Based on the videos and what Eric told me, absolutely.

Not sure on the Intermediate, but the Z Max is about $10K.

Eric, looks like I will be needing that 60" blade, the Max is 52" outside tire width.


----------



## z plower

Mark Oomkes;1892690 said:


> Based on the videos and what Eric told me, absolutely.
> 
> Not sure on the Intermediate, but the Z Max is about $10K.
> 
> Eric, looks like I will be needing that 60" blade, the Max is 52" outside tire width.


Sounds good, I'll get it out of the barn and set up. Thanks for checking into that, I'm excited to put the setup on a max, I think it will work great


----------



## z plower

born2farm;1892681 said:


> For someone who is not involved with landscaping how much does the z spray islet cost?
> 
> How are its capabilities spreading salt/liquid?
> 
> Looks like a sweet little machine. Wondering if the cost is justifiable for snow only


The z spray is pricey. it's more than worth it if you do the fertilizing in summer but if not it would be tough to justify the cost. On the bright side you can find good used ones for 5,000 easily. I sold a 2010 used sprayer two days ago for 5,000. It runs and works great. We sold it with the plow setup on it so total was 8,000 but that's still in the ballpark of what a quad setup would cost with new plows on a good used quad. Also, there are lots of other attachments for the sprayer other than the plow.


----------



## Maclawnco

Mark Oomkes;1892657 said:


> Neener neener, mine is going to Eric on Monday, I'll be sure to let you know how it works.

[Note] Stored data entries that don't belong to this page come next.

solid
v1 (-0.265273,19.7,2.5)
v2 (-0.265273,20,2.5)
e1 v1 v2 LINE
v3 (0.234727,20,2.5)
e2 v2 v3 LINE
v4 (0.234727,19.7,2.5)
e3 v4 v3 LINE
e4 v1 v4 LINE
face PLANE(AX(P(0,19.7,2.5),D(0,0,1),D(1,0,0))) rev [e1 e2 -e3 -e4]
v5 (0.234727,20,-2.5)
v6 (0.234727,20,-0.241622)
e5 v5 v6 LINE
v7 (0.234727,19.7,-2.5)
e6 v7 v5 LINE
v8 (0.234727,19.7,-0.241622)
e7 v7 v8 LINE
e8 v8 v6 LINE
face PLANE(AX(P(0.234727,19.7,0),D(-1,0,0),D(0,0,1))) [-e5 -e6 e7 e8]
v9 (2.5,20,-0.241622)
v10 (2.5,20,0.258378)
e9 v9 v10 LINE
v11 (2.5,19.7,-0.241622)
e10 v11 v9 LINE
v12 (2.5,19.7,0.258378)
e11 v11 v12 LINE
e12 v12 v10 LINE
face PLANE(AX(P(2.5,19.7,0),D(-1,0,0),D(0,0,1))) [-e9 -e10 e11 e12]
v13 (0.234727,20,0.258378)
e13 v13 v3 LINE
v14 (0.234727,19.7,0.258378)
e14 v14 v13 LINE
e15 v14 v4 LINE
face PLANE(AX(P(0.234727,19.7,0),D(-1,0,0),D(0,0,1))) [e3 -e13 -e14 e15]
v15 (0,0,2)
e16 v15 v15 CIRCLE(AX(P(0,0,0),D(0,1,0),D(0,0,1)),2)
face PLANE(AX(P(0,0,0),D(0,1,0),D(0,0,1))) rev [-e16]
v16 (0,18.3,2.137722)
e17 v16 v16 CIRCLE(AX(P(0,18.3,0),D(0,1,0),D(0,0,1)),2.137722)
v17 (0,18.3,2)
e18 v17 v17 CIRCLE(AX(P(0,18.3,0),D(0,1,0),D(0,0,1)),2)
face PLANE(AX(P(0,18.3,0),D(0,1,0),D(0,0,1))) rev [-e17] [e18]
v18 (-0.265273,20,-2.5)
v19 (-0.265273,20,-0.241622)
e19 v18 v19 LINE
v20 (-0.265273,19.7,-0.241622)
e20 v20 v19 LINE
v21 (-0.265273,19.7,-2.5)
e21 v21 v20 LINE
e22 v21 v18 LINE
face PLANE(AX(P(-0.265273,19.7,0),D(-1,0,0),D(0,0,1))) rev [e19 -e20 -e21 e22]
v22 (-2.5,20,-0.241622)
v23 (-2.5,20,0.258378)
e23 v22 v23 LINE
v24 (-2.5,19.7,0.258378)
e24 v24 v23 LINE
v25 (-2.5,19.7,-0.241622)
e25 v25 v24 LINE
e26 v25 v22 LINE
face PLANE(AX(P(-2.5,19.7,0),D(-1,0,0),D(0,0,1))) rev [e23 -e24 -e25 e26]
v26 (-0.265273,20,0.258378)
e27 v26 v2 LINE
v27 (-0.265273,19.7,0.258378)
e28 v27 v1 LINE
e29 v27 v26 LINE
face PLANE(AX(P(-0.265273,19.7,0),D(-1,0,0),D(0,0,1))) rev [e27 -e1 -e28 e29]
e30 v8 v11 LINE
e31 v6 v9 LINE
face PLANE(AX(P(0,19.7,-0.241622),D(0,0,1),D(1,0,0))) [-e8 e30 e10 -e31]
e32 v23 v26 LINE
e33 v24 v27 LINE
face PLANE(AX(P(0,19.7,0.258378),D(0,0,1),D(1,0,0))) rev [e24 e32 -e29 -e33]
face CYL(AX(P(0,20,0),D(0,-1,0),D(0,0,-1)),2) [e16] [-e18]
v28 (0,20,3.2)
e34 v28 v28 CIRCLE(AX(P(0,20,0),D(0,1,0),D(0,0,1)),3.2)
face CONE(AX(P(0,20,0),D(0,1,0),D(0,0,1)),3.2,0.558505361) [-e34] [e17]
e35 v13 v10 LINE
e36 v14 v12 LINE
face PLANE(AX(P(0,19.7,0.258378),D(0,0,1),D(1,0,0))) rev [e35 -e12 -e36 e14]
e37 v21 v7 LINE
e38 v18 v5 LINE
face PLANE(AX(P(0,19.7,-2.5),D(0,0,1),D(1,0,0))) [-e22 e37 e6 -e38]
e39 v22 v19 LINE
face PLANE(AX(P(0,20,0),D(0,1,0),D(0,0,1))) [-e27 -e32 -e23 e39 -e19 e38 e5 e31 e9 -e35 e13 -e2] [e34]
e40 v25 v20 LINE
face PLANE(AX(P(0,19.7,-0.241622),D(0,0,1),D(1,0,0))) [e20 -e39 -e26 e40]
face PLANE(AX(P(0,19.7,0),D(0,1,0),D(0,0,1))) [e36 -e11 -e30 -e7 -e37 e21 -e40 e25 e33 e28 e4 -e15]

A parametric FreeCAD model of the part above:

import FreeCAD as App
import Part
import Sketcher
from FreeCAD import Vector
Q = App.Units.Quantity

doc = App.newDocument("Part")
body = doc.addObject("PartDesign::Body", "Body")

# Sketch on XZ plane
sketch1 = body.newObject("Sketcher::SketchObject", "Sketch")
sketch1.AttachmentSupport = (doc.getObject("XZ_Plane"), [""])
sketch1.MapMode = "FlatFace"
sketch1.addGeometry(Part.Circle(Vector(0, 0, 0), Vector(0, 0, 1), 2), False)
sketch1.addConstraint(Sketcher.Constraint("Coincident", 0, 3, -1, 1))
sketch1.addConstraint(Sketcher.Constraint("Diameter", 0, Q("4 mm")))
pad1 = body.newObject("PartDesign::Pad", "Pad")
pad1.Profile = sketch1
pad1.Length = 20
pad1.Reversed = True

# Sketch on XZ plane
sketch2 = body.newObject("Sketcher::SketchObject", "Sketch001")
sketch2.AttachmentSupport = (doc.getObject("XZ_Plane"), [""])
sketch2.MapMode = "FlatFace"
sketch2.AttachmentOffset = App.Placement(Vector(0, 0, -20), App.Rotation())
sketch2.addGeometry(Part.Circle(Vector(0, 0, 0), Vector(0, 0, 1), 3.2), False)
sketch2.addConstraint(Sketcher.Constraint("Coincident", 0, 3, -1, 1))
sketch2.addConstraint(Sketcher.Constraint("Diameter", 0, Q("6.4 mm")))
pad2 = body.newObject("PartDesign::Pad", "Pad001")
pad2.Profile = sketch2
pad2.Length = 1.7
pad2.TaperAngle = -32

# Sketch on XZ plane
sketch3 = body.newObject("Sketcher::SketchObject", "Sketch002")
sketch3.AttachmentSupport = (doc.getObject("XZ_Plane"), [""])
sketch3.MapMode = "FlatFace"
sketch3.AttachmentOffset = App.Placement(Vector(0, 0, -20), App.Rotation())
sketch3.addGeometry(Part.LineSegment(Vector(-0.3, -2.5, 0), Vector(-0.3, -0.2, 0)), False)
sketch3.addGeometry(Part.LineSegment(Vector(-0.3, -0.2, 0), Vector(-2.5, -0.2, 0)), False)
sketch3.addGeometry(Part.LineSegment(Vector(-2.5, -0.2, 0), Vector(-2.5, 0.3, 0)), False)
sketch3.addGeometry(Part.LineSegment(Vector(-2.5, 0.3, 0), Vector(-0.3, 0.3, 0)), False)
sketch3.addGeometry(Part.LineSegment(Vector(-0.3, 0.3, 0), Vector(-0.3, 2.5, 0)), False)
sketch3.addGeometry(Part.LineSegment(Vector(-0.3, 2.5, 0), Vector(0.2, 2.5, 0)), False)
sketch3.addGeometry(Part.LineSegment(Vector(0.2, 2.5, 0), Vector(0.2, 0.3, 0)), False)
sketch3.addGeometry(Part.LineSegment(Vector(0.2, 0.3, 0), Vector(2.5, 0.3, 0)), False)
sketch3.addGeometry(Part.LineSegment(Vector(2.5, 0.3, 0), Vector(2.5, -0.2, 0)), False)
sketch3.addGeometry(Part.LineSegment(Vector(2.5, -0.2, 0), Vector(0.2, -0.2, 0)), False)
sketch3.addGeometry(Part.LineSegment(Vector(0.2, -0.2, 0), Vector(0.2, -2.5, 0)), False)
sketch3.addGeometry(Part.LineSegment(Vector(0.2, -2.5, 0), Vector(-0.3, -2.5, 0)), False)
sketch3.addConstraint(Sketcher.Constraint("Coincident", 0, 2, 1, 1))
sketch3.addConstraint(Sketcher.Constraint("Coincident", 1, 2, 2, 1))
sketch3.addConstraint(Sketcher.Constraint("Coincident", 2, 2, 3, 1))
sketch3.addConstraint(Sketcher.Constraint("Coincident", 3, 2, 4, 1))
sketch3.addConstraint(Sketcher.Constraint("Coincident", 4, 2, 5, 1))
sketch3.addConstraint(Sketcher.Constraint("Coincident", 5, 2, 6, 1))
sketch3.addConstraint(Sketcher.Constraint("Coincident", 6, 2, 7, 1))
sketch3.addConstraint(Sketcher.Constraint("Coincident", 7, 2, 8, 1))
sketch3.addConstraint(Sketcher.Constraint("Coincident", 8, 2, 9, 1))
sketch3.addConstraint(Sketcher.Constraint("Coincident", 9, 2, 10, 1))
sketch3.addConstraint(Sketcher.Constraint("Coincident", 10, 2, 11, 1))
sketch3.addConstraint(Sketcher.Constraint("Coincident", 11, 2, 0, 1))
sketch3.addConstraint(Sketcher.Constraint("Vertical", 0))
sketch3.addConstraint(Sketcher.Constraint("Horizontal", 1))
sketch3.addConstraint(Sketcher.Constraint("Vertical", 2))
sketch3.addConstraint(Sketcher.Constraint("Horizontal", 3))
sketch3.addConstraint(Sketcher.Constraint("Vertical", 4))
sketch3.addConstraint(Sketcher.Constraint("Horizontal", 5))
sketch3.addConstraint(Sketcher.Constraint("Vertical", 6))
sketch3.addConstraint(Sketcher.Constraint("Horizontal", 7))
sketch3.addConstraint(Sketcher.Constraint("Vertical", 8))
sketch3.addConstraint(Sketcher.Constraint("Horizontal", 9))
sketch3.addConstraint(Sketcher.Constraint("Vertical", 10))
sketch3.addConstraint(Sketcher.Constraint("Horizontal", 11))
sketch3.addConstraint(Sketcher.Constraint("Symmetric", 2, 2, 7, 2, -2))
sketch3.addConstraint(Sketcher.Constraint("Symmetric", 5, 2, 10, 2, -1))
sketch3.addConstraint(Sketcher.Constraint("Horizontal", 1, 2, 8, 2))
sketch3.addConstraint(Sketcher.Constraint("Vertical", 0, 2, 3, 2))
sketch3.addConstraint(Sketcher.Constraint("Equal", 11, 2))
sketch3.addConstraint(Sketcher.Constraint("DistanceX", 5, 1, 5, 2, Q("0.5 mm")))
sketch3.addConstraint(Sketcher.Constraint("DistanceX", 1, 2, -1, 1, Q("2.5 mm")))
sketch3.addConstraint(Sketcher.Constraint("DistanceY", -1, 1, 4, 2, Q("2.5 mm")))
sketch3.addConstraint(Sketcher.Constraint("DistanceY", 0, 1, 0, 2, Q("2.258378 mm")))
sketch3.addConstraint(Sketcher.Constraint("DistanceX", 1, 2, 1, 1, Q("2.234727 mm")))
pocket1 = body.newObject("PartDesign::Pocket", "Pocket")
pocket1.Profile = sketch3
pocket1.Length = 0.3
pocket1.Reversed = True

doc.recompute()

If I ask nicely, can I come drive it one night?


----------



## Maclawnco

Our spare z spray is a 2012 w 800 hrs that I'd sell for 5k of anyone wants to get into one of these cheaper


----------



## Mark Oomkes

Maclawnco;1892768 said:


> If I ask nicely, can I come drive it one night?


Sure, I'll even buy you breakfast.


----------



## Maclawnco

Mark Oomkes;1892791 said:


> Sure, I'll even buy you breakfast.


No walk of shame afterwards?


----------



## Mark Oomkes

Maclawnco;1892794 said:


> No walk of shame afterwards?


Do what you want, as long as there aren't any 39' fountains involved. :whistling::laughing:


----------



## Maclawnco

Mark Oomkes;1892798 said:


> Do what you want, as long as there aren't any 39' fountains involved. :whistling::laughing:


Shame? Smh. That's pride!


----------



## dirtnazi

If you get one all set up I would like some pics I'm very interested thanks


----------



## z plower

dirtnazi;1892965 said:


> If you get one all set up I would like some pics I'm very interested thanks


You should be able to see it pretty decent in this video, it's posted above


----------



## extremepusher

link that you posted isn't working.


----------



## terrapro

extremepusher;1893146 said:


> link that you posted isn't working.


----------



## EGLC

This is a really sweet evolution of the machine!! I'm currently gettg ready to take my pesticide license so I'll have to look into this next season more!!


----------



## z plower

terrapro;1893151 said:


>


I thought it worked, sorry if it doesn't. Try searching z-spray quick attach system overview


----------



## MajorDave

That is awesome! Got seasick watching it though! LOL


----------



## z plower

MajorDave;1893219 said:


> That is awesome! Got seasick watching it though! LOL


Yea no kidding, I was the one running the machine and still even for me watching the video is rough! Oh well I couldn't find anyone to volunteer to get up at 2am and stand in the cold to watch me plow and tape it... GO PRO it is


----------



## extremepusher

Sweet! Any thoughts for a small blower on qa for blower off the pavement after fertilizing?


----------



## z plower

extremepusher;1893271 said:


> Sweet! Any thoughts for a small blower on qa for blower off the pavement after fertilizing?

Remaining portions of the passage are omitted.